Xenophont In Pseudo-Xenophont’s Letters and in Fictional Letters of Socrates and Socratics

Keywords: Xenophon, Socrates, socratic, fictional letters, intertextuality


The aim of the analysis of the apocryphal correspondence of Pseudo-Xenophon, which tradition has given us with two independent paths—7 excerpts preserved in the Anthology by Stobaeus and 6 entire letters included in the Socratis et Socraticorum epistole (ed. R. Hercher)—is an attempt to delineate on their basis, a portrait of Xenophon, commonly accepted in the time of the Roman Empire.
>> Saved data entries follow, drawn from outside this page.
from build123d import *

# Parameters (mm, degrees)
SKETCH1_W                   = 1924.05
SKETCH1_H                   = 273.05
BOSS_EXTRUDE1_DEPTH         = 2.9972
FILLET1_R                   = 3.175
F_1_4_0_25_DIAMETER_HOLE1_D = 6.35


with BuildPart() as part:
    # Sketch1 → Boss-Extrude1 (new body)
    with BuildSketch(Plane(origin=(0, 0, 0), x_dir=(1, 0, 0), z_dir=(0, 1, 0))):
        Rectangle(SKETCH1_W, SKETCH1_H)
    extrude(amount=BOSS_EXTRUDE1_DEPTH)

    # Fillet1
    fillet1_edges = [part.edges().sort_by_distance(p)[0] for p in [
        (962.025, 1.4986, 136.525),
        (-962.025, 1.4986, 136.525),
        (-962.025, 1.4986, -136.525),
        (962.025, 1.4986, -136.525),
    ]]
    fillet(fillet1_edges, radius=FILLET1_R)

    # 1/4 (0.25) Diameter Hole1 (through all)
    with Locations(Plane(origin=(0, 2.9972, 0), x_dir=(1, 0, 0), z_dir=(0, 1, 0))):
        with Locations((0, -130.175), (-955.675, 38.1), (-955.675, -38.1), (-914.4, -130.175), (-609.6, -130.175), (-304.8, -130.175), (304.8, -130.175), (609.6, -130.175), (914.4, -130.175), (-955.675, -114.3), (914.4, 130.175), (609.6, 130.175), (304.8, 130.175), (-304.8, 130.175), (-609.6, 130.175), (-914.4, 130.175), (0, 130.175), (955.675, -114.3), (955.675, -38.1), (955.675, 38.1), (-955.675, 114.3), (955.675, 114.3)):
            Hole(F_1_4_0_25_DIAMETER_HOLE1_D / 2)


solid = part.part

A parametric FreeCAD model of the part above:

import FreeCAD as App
import Part
import Sketcher
from FreeCAD import Vector
Q = App.Units.Quantity


def edges_at(feature, points):
    """Names of the edges that pass closest to the given points."""
    edges = feature.Shape.Edges
    near = lambda p: min(range(len(edges)), key=lambda i: edges[i].distToShape(Part.Vertex(*p))[0])
    return sorted({f"Edge{near(p) + 1}" for p in points})


def add_polygon(sketch, points):
    """Adds a closed chain of lines whose ends are joined by coincident constraints."""
    first, n = sketch.GeometryCount, len(points)
    for a, b in zip(points, points[1:] + points[:1]):
        sketch.addGeometry(Part.LineSegment(App.Vector(*a, 0), App.Vector(*b, 0)), False)
    for i in range(n):
        sketch.addConstraint(Sketcher.Constraint("Coincident", first + i, 2, first + (i + 1) % n, 1))

doc = App.newDocument("Part")
body = doc.addObject("PartDesign::Body", "Body")

# Sketch on XZ plane
sketch1 = doc.addObject("Sketcher::SketchObject", "Sketch")
body.addObject(sketch1)
sketch1.AttachmentSupport = (doc.XZ_Plane, [""])
sketch1.MapMode = "FlatFace"
add_polygon(sketch1, [(-962, -137), (-962, 137), (962, 137), (962, -137)])  # lines 0-3
sketch1.addConstraint([
    Sketcher.Constraint("Vertical", 0),
    Sketcher.Constraint("Horizontal", 1),
    Sketcher.Constraint("Vertical", 2),
    Sketcher.Constraint("Horizontal", 3),
    Sketcher.Constraint("Symmetric", 0, 2, 2, 2, -1, 1),
    Sketcher.Constraint("DistanceX", 1, 1, 1, 2, Q("75.75 in")),
    Sketcher.Constraint("DistanceY", 0, 1, 0, 2, Q("10.75 in")),
])
pad1 = doc.addObject("PartDesign::Pad", "Pad")
body.addObject(pad1)
pad1.Profile = sketch1
pad1.Length = Q("0.118 in")
pad1.Reversed = True
doc.recompute()

fillet = doc.addObject("PartDesign::Fillet", "Fillet")
body.addObject(fillet)
fillet.Base = (pad1, edges_at(pad1, [
    (962.025, 1.499, 136.525),
    (-962.025, 1.499, 136.525),
    (-962.025, 1.499, -136.525),
    (962.025, 1.499, -136.525),
]))
fillet.Radius = Q("0.125 in")

# Sketch on XZ plane
sketch2 = doc.addObject("Sketcher::SketchObject", "Sketch001")
body.addObject(sketch2)
sketch2.AttachmentSupport = (doc.XZ_Plane, [""])
sketch2.MapMode = "FlatFace"
sketch2.AttachmentOffset = App.Placement(Vector(0, 0, -0.118 * 25.4), App.Rotation())
sketch2.addGeometry([
    Part.Circle(Vector(0, 130.2, 0), Vector(0, 0, 1), 3.2),  # 0
    Part.Circle(Vector(-955.7, -38.1, 0), Vector(0, 0, 1), 3.2),  # 1
    Part.Circle(Vector(-955.7, 38.1, 0), Vector(0, 0, 1), 3.2),  # 2
    Part.Circle(Vector(-914.4, 130.2, 0), Vector(0, 0, 1), 3.2),  # 3
    Part.Circle(Vector(-609.6, 130.2, 0), Vector(0, 0, 1), 3.2),  # 4
    Part.Circle(Vector(-304.8, 130.2, 0), Vector(0, 0, 1), 3.2),  # 5
    Part.Circle(Vector(304.8, 130.2, 0), Vector(0, 0, 1), 3.2),  # 6
    Part.Circle(Vector(609.6, 130.2, 0), Vector(0, 0, 1), 3.2),  # 7
    Part.Circle(Vector(914.4, 130.2, 0), Vector(0, 0, 1), 3.2),  # 8
    Part.Circle(Vector(-955.7, 114.3, 0), Vector(0, 0, 1), 3.2),  # 9
    Part.Circle(Vector(914.4, -130.2, 0), Vector(0, 0, 1), 3.2),  # 10
    Part.Circle(Vector(609.6, -130.2, 0), Vector(0, 0, 1), 3.2),  # 11
    Part.Circle(Vector(304.8, -130.2, 0), Vector(0, 0, 1), 3.2),  # 12
    Part.Circle(Vector(-304.8, -130.2, 0), Vector(0, 0, 1), 3.2),  # 13
    Part.Circle(Vector(-609.6, -130.2, 0), Vector(0, 0, 1), 3.2),  # 14
    Part.Circle(Vector(-914.4, -130.2, 0), Vector(0, 0, 1), 3.2),  # 15
    Part.Circle(Vector(0, -130.2, 0), Vector(0, 0, 1), 3.2),  # 16
    Part.Circle(Vector(955.7, 114.3, 0), Vector(0, 0, 1), 3.2),  # 17
    Part.Circle(Vector(955.7, 38.1, 0), Vector(0, 0, 1), 3.2),  # 18
    Part.Circle(Vector(955.7, -38.1, 0), Vector(0, 0, 1), 3.2),  # 19
    Part.Circle(Vector(-955.7, -114.3, 0), Vector(0, 0, 1), 3.2),  # 20
    Part.Circle(Vector(955.7, -114.3, 0), Vector(0, 0, 1), 3.2),  # 21
], False)
sketch2.addConstraint([
    Sketcher.Constraint("Equal", 0, 1),
    Sketcher.Constraint("Equal", 1, 2),
    Sketcher.Constraint("Equal", 2, 3),
    Sketcher.Constraint("Equal", 3, 4),
    Sketcher.Constraint("Equal", 4, 5),
    Sketcher.Constraint("Equal", 5, 6),
    Sketcher.Constraint("Equal", 6, 7),
    Sketcher.Constraint("Equal", 7, 8),
    Sketcher.Constraint("Equal", 8, 9),
    Sketcher.Constraint("Equal", 9, 10),
    Sketcher.Constraint("Equal", 10, 11),
    Sketcher.Constraint("Equal", 11, 12),
    Sketcher.Constraint("Equal", 12, 13),
    Sketcher.Constraint("Equal", 13, 14),
    Sketcher.Constraint("Equal", 14, 15),
    Sketcher.Constraint("Equal", 15, 16),
    Sketcher.Constraint("Equal", 16, 17),
    Sketcher.Constraint("Equal", 17, 18),
    Sketcher.Constraint("Equal", 18, 19),
    Sketcher.Constraint("Equal", 19, 20),
    Sketcher.Constraint("Equal", 20, 21),
    Sketcher.Constraint("Symmetric", 3, 3, 10, 3, -1, 1),
    Sketcher.Constraint("Symmetric", 4, 3, 11, 3, -1, 1),
    Sketcher.Constraint("Symmetric", 5, 3, 12, 3, -1, 1),
    Sketcher.Constraint("Symmetric", 6, 3, 13, 3, -1, 1),
    Sketcher.Constraint("Symmetric", 7, 3, 14, 3, -1, 1),
    Sketcher.Constraint("Symmetric", 8, 3, 15, 3, -1, 1),
    Sketcher.Constraint("Symmetric", 0, 3, 16, 3, -1, 1),
    Sketcher.Constraint("Symmetric", 1, 3, 18, 3, -1, 1),
    Sketcher.Constraint("Symmetric", 2, 3, 19, 3, -1, 1),
    Sketcher.Constraint("Symmetric", 17, 3, 20, 3, -1, 1),
    Sketcher.Constraint("Symmetric", 9, 3, 21, 3, -1, 1),
    Sketcher.Constraint("Symmetric", 5, 3, 6, 3, -2),
    Sketcher.Constraint("Symmetric", 4, 3, 7, 3, -2),
    Sketcher.Constraint("Symmetric", 3, 3, 8, 3, -2),
    Sketcher.Constraint("Symmetric", 9, 3, 17, 3, -2),
    Sketcher.Constraint("Symmetric", 2, 3, 18, 3, -2),
    Sketcher.Constraint("PointOnObject", 0, 3, -2),
    Sketcher.Constraint("Horizontal", 0, 3, 3, 3),
    Sketcher.Constraint("Horizontal", 3, 3, 4, 3),
    Sketcher.Constraint("Horizontal", 4, 3, 5, 3),
    Sketcher.Constraint("Vertical", 2, 3, 9, 3),
    Sketcher.Constraint("Diameter", 0, Q("0.25 in")),
    Sketcher.Constraint("DistanceX", 3, 3, -1, 1, Q("36 in")),
    Sketcher.Constraint("DistanceX", 4, 3, -1, 1, Q("24 in")),
    Sketcher.Constraint("DistanceX", 5, 3, -1, 1, Q("12 in")),
    Sketcher.Constraint("DistanceY", 1, 3, 2, 3, Q("3 in")),
    Sketcher.Constraint("DistanceY", 2, 3, 9, 3, Q("3 in")),
    Sketcher.Constraint("DistanceY", 10, 3, 8, 3, Q("10.25 in")),
    Sketcher.Constraint("DistanceX", 1, 3, -1, 1, Q("37.625 in")),
])
doc.recompute()
hole = doc.addObject("PartDesign::Hole", "Hole")
body.addObject(hole)
hole.Profile = sketch2
hole.ThreadType = "None"
hole.Diameter = Q("0.25 in")
hole.DepthType = "ThroughAll"
hole.Reversed = True

doc.recompute()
Pseudo-Xenophon letters clearly define the creator of Anabasis as the philosopher of Socratic, basically keeping silent about his historical work. They give us testimony to his thought, deeply rooted in Socratic ethics, focused on kalokagathia. Continuous pursuit of virtue through consistent improvement not only in pure ethics, but also in specific skills that are supposed to bring benefits, pointed to the key importance of paideia in Xenophont’s work as a pupil of Socrates. In these letters, the reference points are mostly ἐγκράτεια, καρτερία, ἀνδρεία, εὐσέβεια, φιλανθρωπία and finally σωφροσύνη, i.e. the virtues that form the core of Socratic ethics.